Prompt
Return each line in the records below that includes "with".
[Supplied entries Boundary: Start]
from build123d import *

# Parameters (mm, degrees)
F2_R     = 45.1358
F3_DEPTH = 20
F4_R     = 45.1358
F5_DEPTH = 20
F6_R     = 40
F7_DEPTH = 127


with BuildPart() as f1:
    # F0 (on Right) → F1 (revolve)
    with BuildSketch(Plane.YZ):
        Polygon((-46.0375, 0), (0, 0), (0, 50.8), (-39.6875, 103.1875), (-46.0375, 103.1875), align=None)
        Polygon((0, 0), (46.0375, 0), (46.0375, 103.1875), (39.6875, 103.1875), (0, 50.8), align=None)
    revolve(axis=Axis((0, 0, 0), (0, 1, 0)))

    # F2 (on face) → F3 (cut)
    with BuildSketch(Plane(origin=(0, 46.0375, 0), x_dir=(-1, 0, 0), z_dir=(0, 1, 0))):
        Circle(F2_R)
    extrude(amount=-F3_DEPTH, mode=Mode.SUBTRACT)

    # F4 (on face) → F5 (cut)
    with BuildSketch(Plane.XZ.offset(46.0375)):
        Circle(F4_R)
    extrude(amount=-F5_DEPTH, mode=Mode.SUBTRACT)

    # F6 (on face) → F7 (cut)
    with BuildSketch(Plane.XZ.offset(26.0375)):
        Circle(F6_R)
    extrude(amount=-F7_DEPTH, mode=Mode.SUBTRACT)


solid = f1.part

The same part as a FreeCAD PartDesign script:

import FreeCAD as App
import Part
import Sketcher
Q = App.Units.Quantity


def add_polygon(sketch, points):
    """Adds a closed chain of lines whose ends are joined by coincident constraints."""
    first, n = sketch.GeometryCount, len(points)
    for a, b in zip(points, points[1:] + points[:1]):
        sketch.addGeometry(Part.LineSegment(App.Vector(*a, 0), App.Vector(*b, 0)), False)
    for i in range(n):
        sketch.addConstraint(Sketcher.Constraint("Coincident", first + i, 2, first + (i + 1) % n, 1))

doc = App.newDocument("Part")
body = doc.addObject("PartDesign::Body", "Body")

sketch1 = doc.addObject("Sketcher::SketchObject", "Sketch")
body.addObject(sketch1)
sketch1.AttachmentSupport = (doc.YZ_Plane, [""])
sketch1.MapMode = "FlatFace"
add_polygon(sketch1, [(-46, 0), (46, 0), (46, 103), (40, 103), (0, 51), (-40, 103), (-46, 103)])
sketch1.addConstraint([
    Sketcher.Constraint("Horizontal", 0),
    Sketcher.Constraint("Vertical", 1),
    Sketcher.Constraint("Horizontal", 2),
    Sketcher.Constraint("Horizontal", 5),
    Sketcher.Constraint("Vertical", 6),
    Sketcher.Constraint("Symmetric", 0, 2, 6, 2, -1, 1),
    Sketcher.Constraint("Symmetric", 2, 2, 4, 2, -2),
    Sketcher.Constraint("PointOnObject", 3, 2, -2),
    Sketcher.Constraint("DistanceY", -1, 1, 3, 2, Q("2 in")),
    Sketcher.Constraint("DistanceX", 2, 2, 2, 1, Q("0.25 in")),
    Sketcher.Constraint("DistanceX", 0, 1, 0, 2, Q("3.625 in")),
    Sketcher.Constraint("DistanceY", 1, 1, 1, 2, Q("4.0625 in")),
])
revolution = doc.addObject("PartDesign::Revolution", "Revolution")
body.addObject(revolution)
revolution.Profile = sketch1
revolution.ReferenceAxis = (sketch1, ["H_Axis"])
revolution.Angle = 360

sketch2 = doc.addObject("Sketcher::SketchObject", "Sketch001")
body.addObject(sketch2)
sketch2.AttachmentSupport = (doc.XZ_Plane, [""])
sketch2.MapMode = "FlatFace"
sketch2.AttachmentOffset = App.Placement(App.Vector(0, 0, -1.8125 * 25.4), App.Rotation())
sketch2.addGeometry(Part.Circle(App.Vector(0, 0, 0), App.Vector(0, 0, 1), 45), False)
sketch2.addConstraint([
    Sketcher.Constraint("Coincident", 0, 3, -1, 1),
    Sketcher.Constraint("Diameter", 0, Q("3.554 in")),
])
pocket1 = doc.addObject("PartDesign::Pocket", "Pocket")
body.addObject(pocket1)
pocket1.Profile = sketch2
pocket1.Length = 20
pocket1.Reversed = True

sketch3 = doc.addObject("Sketcher::SketchObject", "Sketch002")
body.addObject(sketch3)
sketch3.AttachmentSupport = (doc.XZ_Plane, [""])
sketch3.MapMode = "FlatFace"
sketch3.AttachmentOffset = App.Placement(App.Vector(0, 0, 1.8125 * 25.4), App.Rotation())
sketch3.addGeometry(Part.Circle(App.Vector(0, 0, 0), App.Vector(0, 0, 1), 45), False)
sketch3.addConstraint([
    Sketcher.Constraint("Coincident", 0, 3, -1, 1),
    Sketcher.Constraint("Diameter", 0, Q("3.554 in")),
])
pocket2 = doc.addObject("PartDesign::Pocket", "Pocket001")
body.addObject(pocket2)
pocket2.Profile = sketch3
pocket2.Length = 20

sketch4 = doc.addObject("Sketcher::SketchObject", "Sketch003")
body.addObject(sketch4)
sketch4.AttachmentSupport = (doc.XZ_Plane, [""])
sketch4.MapMode = "FlatFace"
sketch4.AttachmentOffset = App.Placement(App.Vector(0, 0, 26.0375), App.Rotation())
sketch4.addGeometry(Part.Circle(App.Vector(0, 0, 0), App.Vector(0, 0, 1), 40), False)
sketch4.addConstraint([
    Sketcher.Constraint("Coincident", 0, 3, -1, 1),
    Sketcher.Constraint("Diameter", 0, Q("80 mm")),
])
pocket3 = doc.addObject("PartDesign::Pocket", "Pocket002")
body.addObject(pocket3)
pocket3.Profile = sketch4
pocket3.Length = Q("5 in")

doc.recompute()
[Supplied entries Boundary: End]
Solution for this problem
with BuildPart() as f1:
    with BuildSketch(Plane.YZ):
    with BuildSketch(Plane(origin=(0, 46.0375, 0), x_dir=(-1, 0, 0), z_dir=(0, 1, 0))):
    with BuildSketch(Plane.XZ.offset(46.0375)):
    with BuildSketch(Plane.XZ.offset(26.0375)):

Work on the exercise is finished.